At school, curly brackets were often drawn around Karabo to include her with the Coloured children. She didn’t really mind because the Jacobs sisters were fun to be with. But in Karabo’s head she was black and not Coloured. Sometimes, for the hell of it, she argued with the teachers until they threw up their hands in exasperation and reported her to Mr Jali, the headmaster. Mr Jali would sigh heavily and call her yinkathazo, the trouble maker, the moment Karabo stepped into his office.

‘But Karabo …’ Teacher began to say but Ma’ama cut him off.

Karabo imagined Ma’ama holding up an imperious hand, like the pointsmen at the intersection when the traffic lights don’t work. She called them traffic lights instead of robots because Teacher insisted that was the correct name.

‘The white man who came to the house the other day when you were at school,’ Ma’ama said. ‘Who was he? That old man in khaki shorts.’

‘That would be Bill Harrison,’ Teacher replied. ‘He lives just down the road.’

‘He was surprised to see us.’

‘Many things surprise Bill these days. That’s why he’s emigrating.’

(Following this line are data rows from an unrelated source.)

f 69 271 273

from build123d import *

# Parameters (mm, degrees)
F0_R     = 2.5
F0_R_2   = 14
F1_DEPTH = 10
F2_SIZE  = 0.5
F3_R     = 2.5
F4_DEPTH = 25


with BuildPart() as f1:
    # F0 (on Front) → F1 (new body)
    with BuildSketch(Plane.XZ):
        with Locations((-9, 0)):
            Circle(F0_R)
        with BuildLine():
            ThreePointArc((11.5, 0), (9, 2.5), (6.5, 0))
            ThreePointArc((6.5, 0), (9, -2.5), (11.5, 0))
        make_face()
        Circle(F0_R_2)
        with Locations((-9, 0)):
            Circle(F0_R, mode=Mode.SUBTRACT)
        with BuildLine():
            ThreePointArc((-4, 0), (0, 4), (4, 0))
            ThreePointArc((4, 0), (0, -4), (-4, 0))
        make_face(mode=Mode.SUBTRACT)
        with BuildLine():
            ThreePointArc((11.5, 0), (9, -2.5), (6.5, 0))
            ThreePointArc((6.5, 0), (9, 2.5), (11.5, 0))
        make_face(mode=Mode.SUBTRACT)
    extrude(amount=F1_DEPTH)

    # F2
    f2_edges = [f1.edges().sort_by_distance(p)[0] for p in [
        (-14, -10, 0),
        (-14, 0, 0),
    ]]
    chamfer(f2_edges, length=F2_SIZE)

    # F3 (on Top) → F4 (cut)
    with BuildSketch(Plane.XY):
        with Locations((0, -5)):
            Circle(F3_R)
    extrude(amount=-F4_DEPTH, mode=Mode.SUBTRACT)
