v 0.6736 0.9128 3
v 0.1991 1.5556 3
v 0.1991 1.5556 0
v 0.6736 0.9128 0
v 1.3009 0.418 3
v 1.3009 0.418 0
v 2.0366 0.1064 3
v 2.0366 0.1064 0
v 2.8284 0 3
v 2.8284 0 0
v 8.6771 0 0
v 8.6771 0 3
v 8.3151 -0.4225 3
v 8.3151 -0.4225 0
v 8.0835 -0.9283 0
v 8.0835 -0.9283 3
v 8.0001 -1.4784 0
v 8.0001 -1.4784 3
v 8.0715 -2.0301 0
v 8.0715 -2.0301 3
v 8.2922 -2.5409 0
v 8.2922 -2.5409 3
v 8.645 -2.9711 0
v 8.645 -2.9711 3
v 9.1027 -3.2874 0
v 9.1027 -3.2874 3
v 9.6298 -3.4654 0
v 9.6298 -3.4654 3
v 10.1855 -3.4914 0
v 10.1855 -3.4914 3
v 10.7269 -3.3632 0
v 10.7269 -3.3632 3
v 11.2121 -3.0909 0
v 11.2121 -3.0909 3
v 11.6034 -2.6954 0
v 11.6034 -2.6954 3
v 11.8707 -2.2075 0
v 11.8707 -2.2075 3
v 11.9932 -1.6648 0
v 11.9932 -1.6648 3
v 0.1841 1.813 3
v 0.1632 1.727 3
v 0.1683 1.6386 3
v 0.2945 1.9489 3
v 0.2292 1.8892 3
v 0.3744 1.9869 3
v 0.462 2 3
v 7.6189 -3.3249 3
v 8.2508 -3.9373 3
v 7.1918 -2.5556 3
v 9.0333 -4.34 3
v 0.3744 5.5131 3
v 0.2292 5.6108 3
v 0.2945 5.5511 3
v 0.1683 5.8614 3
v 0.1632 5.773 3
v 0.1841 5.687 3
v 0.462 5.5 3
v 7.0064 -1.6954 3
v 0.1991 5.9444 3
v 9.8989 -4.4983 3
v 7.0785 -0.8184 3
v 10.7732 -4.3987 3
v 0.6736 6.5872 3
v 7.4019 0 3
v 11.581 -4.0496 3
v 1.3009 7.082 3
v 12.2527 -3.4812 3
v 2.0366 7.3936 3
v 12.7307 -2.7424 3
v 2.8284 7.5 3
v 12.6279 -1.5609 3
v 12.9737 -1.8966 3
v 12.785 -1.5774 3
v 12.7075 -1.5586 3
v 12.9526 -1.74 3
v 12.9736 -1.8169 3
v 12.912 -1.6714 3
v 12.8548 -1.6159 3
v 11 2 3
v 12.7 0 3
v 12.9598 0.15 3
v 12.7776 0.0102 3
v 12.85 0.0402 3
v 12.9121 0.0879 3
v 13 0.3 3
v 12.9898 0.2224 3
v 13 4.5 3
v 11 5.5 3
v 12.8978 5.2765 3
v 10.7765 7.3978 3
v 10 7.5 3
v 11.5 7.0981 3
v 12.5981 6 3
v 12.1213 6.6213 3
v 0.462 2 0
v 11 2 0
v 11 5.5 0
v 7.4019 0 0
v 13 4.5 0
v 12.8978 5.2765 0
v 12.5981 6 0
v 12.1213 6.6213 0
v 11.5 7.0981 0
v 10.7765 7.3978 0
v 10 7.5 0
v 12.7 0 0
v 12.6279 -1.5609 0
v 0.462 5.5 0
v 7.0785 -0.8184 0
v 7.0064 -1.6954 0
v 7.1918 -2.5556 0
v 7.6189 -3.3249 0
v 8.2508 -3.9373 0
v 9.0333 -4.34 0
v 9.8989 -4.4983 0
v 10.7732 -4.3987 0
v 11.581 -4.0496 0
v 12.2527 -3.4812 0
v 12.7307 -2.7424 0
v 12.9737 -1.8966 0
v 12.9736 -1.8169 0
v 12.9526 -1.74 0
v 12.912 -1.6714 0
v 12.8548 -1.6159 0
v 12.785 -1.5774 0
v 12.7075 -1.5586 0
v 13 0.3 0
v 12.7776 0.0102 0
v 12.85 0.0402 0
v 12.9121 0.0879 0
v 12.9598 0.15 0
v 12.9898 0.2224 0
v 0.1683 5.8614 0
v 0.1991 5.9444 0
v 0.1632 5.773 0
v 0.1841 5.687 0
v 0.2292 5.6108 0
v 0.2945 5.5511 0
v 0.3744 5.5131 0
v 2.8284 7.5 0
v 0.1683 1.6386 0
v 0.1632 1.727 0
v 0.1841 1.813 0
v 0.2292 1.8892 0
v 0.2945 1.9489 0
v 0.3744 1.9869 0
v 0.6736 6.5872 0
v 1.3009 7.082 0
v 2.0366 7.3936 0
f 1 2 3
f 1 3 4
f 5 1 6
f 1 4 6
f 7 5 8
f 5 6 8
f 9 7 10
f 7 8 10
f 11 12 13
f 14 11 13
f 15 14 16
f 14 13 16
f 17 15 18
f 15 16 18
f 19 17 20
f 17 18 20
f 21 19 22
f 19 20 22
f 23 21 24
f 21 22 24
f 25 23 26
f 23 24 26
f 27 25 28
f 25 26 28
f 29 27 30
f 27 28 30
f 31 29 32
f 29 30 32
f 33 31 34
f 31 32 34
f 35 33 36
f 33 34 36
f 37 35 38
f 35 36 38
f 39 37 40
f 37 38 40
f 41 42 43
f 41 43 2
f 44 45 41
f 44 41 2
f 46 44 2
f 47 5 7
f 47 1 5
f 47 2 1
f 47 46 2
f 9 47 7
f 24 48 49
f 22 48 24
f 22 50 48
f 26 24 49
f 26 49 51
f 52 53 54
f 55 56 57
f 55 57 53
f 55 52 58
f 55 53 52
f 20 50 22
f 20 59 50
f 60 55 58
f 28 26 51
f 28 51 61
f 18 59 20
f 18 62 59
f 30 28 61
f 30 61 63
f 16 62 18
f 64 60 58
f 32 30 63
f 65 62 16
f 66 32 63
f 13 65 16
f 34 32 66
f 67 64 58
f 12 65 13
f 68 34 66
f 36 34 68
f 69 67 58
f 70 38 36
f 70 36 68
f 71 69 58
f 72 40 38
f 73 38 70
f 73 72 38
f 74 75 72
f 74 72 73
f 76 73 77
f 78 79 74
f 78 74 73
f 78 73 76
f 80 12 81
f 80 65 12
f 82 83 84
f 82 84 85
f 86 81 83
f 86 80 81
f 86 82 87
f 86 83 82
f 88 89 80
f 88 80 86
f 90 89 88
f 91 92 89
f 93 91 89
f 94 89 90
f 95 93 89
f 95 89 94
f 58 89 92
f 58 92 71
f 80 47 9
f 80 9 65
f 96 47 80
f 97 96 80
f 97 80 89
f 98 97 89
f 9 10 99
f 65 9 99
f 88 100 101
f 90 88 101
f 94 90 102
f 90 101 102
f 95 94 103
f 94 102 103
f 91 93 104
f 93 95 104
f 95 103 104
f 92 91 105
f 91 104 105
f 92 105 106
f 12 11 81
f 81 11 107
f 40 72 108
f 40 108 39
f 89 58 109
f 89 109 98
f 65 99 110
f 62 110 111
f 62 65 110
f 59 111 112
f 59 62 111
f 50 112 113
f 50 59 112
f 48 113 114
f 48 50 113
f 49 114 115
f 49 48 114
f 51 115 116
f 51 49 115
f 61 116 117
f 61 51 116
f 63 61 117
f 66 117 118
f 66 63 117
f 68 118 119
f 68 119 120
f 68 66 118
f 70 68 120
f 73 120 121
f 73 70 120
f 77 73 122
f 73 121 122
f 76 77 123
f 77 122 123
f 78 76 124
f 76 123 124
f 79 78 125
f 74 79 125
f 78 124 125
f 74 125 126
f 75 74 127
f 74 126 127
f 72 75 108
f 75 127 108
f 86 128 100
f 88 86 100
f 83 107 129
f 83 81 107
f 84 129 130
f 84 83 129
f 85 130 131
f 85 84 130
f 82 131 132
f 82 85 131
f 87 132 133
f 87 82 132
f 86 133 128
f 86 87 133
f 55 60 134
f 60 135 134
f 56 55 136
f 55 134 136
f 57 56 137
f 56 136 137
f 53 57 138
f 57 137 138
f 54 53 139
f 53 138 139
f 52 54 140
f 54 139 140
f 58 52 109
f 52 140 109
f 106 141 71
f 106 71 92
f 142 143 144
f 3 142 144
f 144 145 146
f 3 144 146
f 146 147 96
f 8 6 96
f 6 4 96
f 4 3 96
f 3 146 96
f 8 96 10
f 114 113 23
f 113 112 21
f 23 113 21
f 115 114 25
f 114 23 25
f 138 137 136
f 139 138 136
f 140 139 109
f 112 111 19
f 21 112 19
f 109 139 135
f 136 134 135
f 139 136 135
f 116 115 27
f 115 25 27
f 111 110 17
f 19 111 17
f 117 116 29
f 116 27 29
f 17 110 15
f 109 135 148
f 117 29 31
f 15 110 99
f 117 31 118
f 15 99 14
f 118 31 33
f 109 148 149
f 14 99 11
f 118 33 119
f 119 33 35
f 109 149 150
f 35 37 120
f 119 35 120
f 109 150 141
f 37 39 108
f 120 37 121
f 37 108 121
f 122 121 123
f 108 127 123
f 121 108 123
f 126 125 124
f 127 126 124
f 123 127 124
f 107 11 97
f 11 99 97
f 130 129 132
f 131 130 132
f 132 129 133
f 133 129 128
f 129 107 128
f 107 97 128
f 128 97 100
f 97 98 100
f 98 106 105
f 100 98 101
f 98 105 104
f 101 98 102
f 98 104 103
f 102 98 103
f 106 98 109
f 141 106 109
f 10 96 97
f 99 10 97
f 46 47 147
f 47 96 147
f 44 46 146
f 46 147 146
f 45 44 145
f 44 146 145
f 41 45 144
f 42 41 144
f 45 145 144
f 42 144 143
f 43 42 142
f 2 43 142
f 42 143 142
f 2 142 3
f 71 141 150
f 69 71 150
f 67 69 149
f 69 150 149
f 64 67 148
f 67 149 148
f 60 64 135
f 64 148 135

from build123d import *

# Parameters (mm, degrees)
SZKIC1_W                    = 13
SZKIC1_H                    = 7.5
DODANIE_WYCI_GNI_CIE1_DEPTH = 3
SZKIC2_W                    = 11
SZKIC2_H                    = 3.5
WYTNIJ_WYCI_GNI_CIE1_DEPTH  = 3
ZAOKR_GLENIE1_R             = 3
SZKIC3_R                    = 3
SZKIC3_R_2                  = 2
DODANIE_WYCI_GNI_CIE2_DEPTH = 3
WYTNIJ_WYCI_GNI_CIE2_DEPTH  = 3
ZAOKR_GLENIE2_R             = 0.3


with BuildPart() as part:
    # Szkic1 → Dodanie-wyciągnięcie1 (new body)
    with BuildSketch(Plane.XY):
        with Locations((6.5, 3.75)):
            Rectangle(SZKIC1_W, SZKIC1_H)
    extrude(amount=DODANIE_WYCI_GNI_CIE1_DEPTH)

    # Szkic2 → Wytnij-wyciągnięcie1 (cut)
    with BuildSketch(Plane.XY.offset(3)):
        with Locations((5.5, 3.75)):
            Rectangle(SZKIC2_W, SZKIC2_H)
    extrude(amount=-WYTNIJ_WYCI_GNI_CIE1_DEPTH, mode=Mode.SUBTRACT)

    # Zaokrąglenie1
    # the kernel refuses this fillet: 3 mm, written as the material it takes off along each edge
    with BuildSketch(Plane(origin=(13, 7.5, -7.5), x_dir=(0, -1, 0), z_dir=(0, 0, 1))) as zaokr_glenie1_piece_1:
        with BuildLine():
            CenterArc((ZAOKR_GLENIE1_R, -ZAOKR_GLENIE1_R), ZAOKR_GLENIE1_R, 90, 90)
            Line((0, -ZAOKR_GLENIE1_R), (-ZAOKR_GLENIE1_R * 0.02, -ZAOKR_GLENIE1_R))
            Line((-ZAOKR_GLENIE1_R * 0.02, -ZAOKR_GLENIE1_R), (-ZAOKR_GLENIE1_R * 0.02, ZAOKR_GLENIE1_R * 0.02))
            Line((-ZAOKR_GLENIE1_R * 0.02, ZAOKR_GLENIE1_R * 0.02), (ZAOKR_GLENIE1_R, ZAOKR_GLENIE1_R * 0.02))
            Line((ZAOKR_GLENIE1_R, ZAOKR_GLENIE1_R * 0.02), (ZAOKR_GLENIE1_R, 0))
        make_face()
    extrude(amount=18, mode=Mode.SUBTRACT)
    with BuildSketch(Plane(origin=(0, 0, -7.071067812), x_dir=(1, 0, 0), z_dir=(0, 0, 1))) as zaokr_glenie1_piece_2:
        with BuildLine():
            CenterArc((2.828427125, 3), ZAOKR_GLENIE1_R, 199.471220634, 70.528779366)
            Line((0, 2), (-0.056568542, 1.98))
            ThreePointArc((-0.056568542, 1.98), (-0.06, 1), (-0.06, 0))
            Line((-0.06, 0), (0, -0.06))
            Line((0, -0.06), (2.828427125, -0.06))
            Line((2.828427125, -0.06), (2.828427125, 0))
        make_face()
    extrude(amount=17.142135624, mode=Mode.SUBTRACT)
    with BuildSketch(Plane(origin=(0, 7.5, -7.071067812), x_dir=(1, 0, 0), z_dir=(0, 0, 1))) as zaokr_glenie1_piece_3:
        with BuildLine():
            CenterArc((2.828427125, -3), ZAOKR_GLENIE1_R, 90, 70.528779366)
            Line((0, -2), (-0.056568542, -1.98))
            ThreePointArc((-0.056568542, -1.98), (-0.06, -1), (-0.06, 0))
            Line((-0.06, 0), (0, 0.06))
            Line((0, 0.06), (2.828427125, 0.06))
            Line((2.828427125, 0.06), (2.828427125, 0))
        make_face()
    extrude(amount=17.142135624, mode=Mode.SUBTRACT)

    # Szkic3 → Dodanie-wyciągnięcie2 (add)
    with BuildSketch(Plane.XY.offset(3)):
        with Locations((10, -1.5)):
            Circle(SZKIC3_R)
        with Locations((10, -1.5)):
            Circle(SZKIC3_R_2, mode=Mode.SUBTRACT)
    extrude(amount=-DODANIE_WYCI_GNI_CIE2_DEPTH)

    # Szkic4 → Wytnij-wyciągnięcie2 (cut)
    with BuildSketch(Plane.XY.offset(3)):
        Polygon((10, 0), (13, 0), (13, -1.5), (10, -1.990922123), align=None)
    extrude(amount=-WYTNIJ_WYCI_GNI_CIE2_DEPTH, mode=Mode.SUBTRACT)

    # Zaokrąglenie2
    zaokr_glenie2_edges = [part.edges().sort_by_distance(p)[0] for p in [
        (0, 2, 1.5),
        (0, 5.5, 1.5),
        (13, -1.5, 1.5),
        (13, 0, 1.5),
    ]]
    fillet(zaokr_glenie2_edges, radius=ZAOKR_GLENIE2_R)


solid = part.part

Karabo could imagine Ma’ama tossing one end of her wrap over her shoulder right then.

‘A man shouldn’t go to another man’s house when the other man is not there,’ she retorted. ‘I’m just saying.’

Then Paa Kofi’s voice floated calmly through the night.

‘Kojo,’ he said gently. ‘Kojo. I know this must be difficult for you. After all, Precious is your wife. No man wants to believe …’

He lowered his voice and Karabo couldn’t make out the rest of what he said. It was long past her bedtime and she was falling in and out of sleep. Her grandmother’s was the last voice she heard and her words were sharp with irritation.

‘There are tests, Kojo! You can settle this thing once and for all.’